Refactored from notebook to installable package with 15 modules, dataclasses, CLI, and test suite.

Panel detection improvements:

  • Hint-aware split_y_clusters — uses the user's expected_rows to split evenly-spaced gridlines at the largest gaps, even when the inter-panel gap is only marginally wider than intra-panel gaps.
  • Post-hoc panel subdivision — apply_layout_hint can split oversized candidates at their gridlines when initial detection yields fewer panels than expected.
  • Improved grid detection — properly cross-matches row/column structure.

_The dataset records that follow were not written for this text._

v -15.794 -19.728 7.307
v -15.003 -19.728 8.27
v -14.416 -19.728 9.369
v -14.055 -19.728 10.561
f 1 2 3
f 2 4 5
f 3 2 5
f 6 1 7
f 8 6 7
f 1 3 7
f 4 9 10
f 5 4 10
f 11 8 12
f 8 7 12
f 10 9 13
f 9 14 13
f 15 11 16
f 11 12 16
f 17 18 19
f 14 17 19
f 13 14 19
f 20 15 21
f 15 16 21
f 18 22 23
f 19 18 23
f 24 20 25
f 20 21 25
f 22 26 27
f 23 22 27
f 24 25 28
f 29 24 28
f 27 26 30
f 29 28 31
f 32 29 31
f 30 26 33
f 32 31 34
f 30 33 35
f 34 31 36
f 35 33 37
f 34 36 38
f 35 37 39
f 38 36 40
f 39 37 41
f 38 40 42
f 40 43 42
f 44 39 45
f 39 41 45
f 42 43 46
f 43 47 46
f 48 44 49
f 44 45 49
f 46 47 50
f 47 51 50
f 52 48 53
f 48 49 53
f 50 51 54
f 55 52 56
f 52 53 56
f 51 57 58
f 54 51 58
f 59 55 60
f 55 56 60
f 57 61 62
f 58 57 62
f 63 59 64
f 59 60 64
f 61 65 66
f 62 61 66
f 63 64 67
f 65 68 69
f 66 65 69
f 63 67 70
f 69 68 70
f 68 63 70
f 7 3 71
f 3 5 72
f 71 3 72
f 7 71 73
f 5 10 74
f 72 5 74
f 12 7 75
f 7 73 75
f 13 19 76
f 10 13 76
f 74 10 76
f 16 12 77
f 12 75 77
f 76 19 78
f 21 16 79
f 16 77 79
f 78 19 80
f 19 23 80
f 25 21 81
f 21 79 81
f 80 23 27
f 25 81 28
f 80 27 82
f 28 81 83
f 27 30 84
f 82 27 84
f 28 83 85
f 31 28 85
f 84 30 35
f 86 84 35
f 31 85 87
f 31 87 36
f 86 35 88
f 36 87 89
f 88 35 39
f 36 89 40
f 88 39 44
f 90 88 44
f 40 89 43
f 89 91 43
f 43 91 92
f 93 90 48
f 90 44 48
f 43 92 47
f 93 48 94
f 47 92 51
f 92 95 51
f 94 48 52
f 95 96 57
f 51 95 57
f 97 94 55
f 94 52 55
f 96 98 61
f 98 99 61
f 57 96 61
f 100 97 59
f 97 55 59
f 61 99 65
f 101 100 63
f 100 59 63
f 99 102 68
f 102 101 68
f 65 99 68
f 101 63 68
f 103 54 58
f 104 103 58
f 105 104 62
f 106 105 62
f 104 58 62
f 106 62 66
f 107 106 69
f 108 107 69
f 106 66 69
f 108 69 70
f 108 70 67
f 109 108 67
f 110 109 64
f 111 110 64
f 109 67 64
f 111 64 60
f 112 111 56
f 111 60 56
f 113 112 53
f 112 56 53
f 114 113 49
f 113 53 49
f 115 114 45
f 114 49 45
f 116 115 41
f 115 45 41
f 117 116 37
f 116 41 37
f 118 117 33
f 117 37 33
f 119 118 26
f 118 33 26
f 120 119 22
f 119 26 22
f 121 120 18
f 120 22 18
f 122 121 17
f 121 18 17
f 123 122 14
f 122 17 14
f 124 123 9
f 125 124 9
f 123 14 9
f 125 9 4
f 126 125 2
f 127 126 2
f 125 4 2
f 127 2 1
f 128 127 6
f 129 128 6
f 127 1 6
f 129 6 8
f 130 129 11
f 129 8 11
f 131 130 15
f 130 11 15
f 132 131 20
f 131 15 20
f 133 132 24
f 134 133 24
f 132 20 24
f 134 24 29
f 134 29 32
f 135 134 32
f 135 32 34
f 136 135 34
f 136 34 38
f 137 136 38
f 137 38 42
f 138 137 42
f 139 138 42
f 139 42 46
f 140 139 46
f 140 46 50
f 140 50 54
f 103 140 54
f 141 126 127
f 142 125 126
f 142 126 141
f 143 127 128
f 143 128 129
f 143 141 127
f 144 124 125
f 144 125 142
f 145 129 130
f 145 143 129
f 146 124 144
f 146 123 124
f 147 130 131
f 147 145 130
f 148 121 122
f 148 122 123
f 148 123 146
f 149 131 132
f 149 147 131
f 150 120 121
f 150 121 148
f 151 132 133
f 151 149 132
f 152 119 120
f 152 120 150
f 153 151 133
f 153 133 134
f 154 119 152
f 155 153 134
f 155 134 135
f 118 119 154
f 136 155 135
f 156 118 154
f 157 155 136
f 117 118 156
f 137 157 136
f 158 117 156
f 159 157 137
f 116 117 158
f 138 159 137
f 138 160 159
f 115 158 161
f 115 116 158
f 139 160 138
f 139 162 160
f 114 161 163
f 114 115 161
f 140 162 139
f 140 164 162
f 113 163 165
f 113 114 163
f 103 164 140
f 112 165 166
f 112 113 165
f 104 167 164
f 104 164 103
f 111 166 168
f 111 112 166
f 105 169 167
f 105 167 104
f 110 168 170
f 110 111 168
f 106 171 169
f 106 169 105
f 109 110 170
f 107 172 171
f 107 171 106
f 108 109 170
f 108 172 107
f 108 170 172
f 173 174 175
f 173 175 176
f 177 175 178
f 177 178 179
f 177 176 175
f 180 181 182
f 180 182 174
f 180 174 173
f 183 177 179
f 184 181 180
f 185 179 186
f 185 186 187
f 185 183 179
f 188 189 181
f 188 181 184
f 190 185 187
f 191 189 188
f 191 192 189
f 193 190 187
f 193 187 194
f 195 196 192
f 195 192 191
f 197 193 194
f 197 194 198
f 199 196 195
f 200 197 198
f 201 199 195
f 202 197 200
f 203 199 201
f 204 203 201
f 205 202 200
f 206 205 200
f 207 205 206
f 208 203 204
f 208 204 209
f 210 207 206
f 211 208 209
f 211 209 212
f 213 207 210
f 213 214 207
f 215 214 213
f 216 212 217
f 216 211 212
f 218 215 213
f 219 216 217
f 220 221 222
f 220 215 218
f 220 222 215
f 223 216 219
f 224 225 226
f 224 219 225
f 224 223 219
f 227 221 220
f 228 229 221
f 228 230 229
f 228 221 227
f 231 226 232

Trace detection improvements:

  • CIELAB clustering mode (use_lab=True) — clusters non-background pixels in perceptually uniform colour space using mini-batch k-means.
  • Achromatic trace detection — a separate pass detects black/grey traces by looking for low-saturation, horizontally continuous structures distinct from grid/axis lines.

Calibration improvements:

  • Log-scale y-axis detection — when OCR'd tick values are better explained by log10(y_value) = a * y_pixel + b, the calibration uses log scale automatically.
  • X-axis calibration — OCRs numeric x-axis ticks, fits x_value = a * x_pixel + b, and adds x_value column to the trace CSV.

Infrastructure:

  • Diagnostic overlays save to files via save_diagnostics=True.
  • Tesseract error handling — graceful recovery from OCR crashes on degenerate crops.
  • No Colab dependency.
  • Quantitative test suite with panel count, calibration quality, and trace RMSE metrics against synthetic ground truth.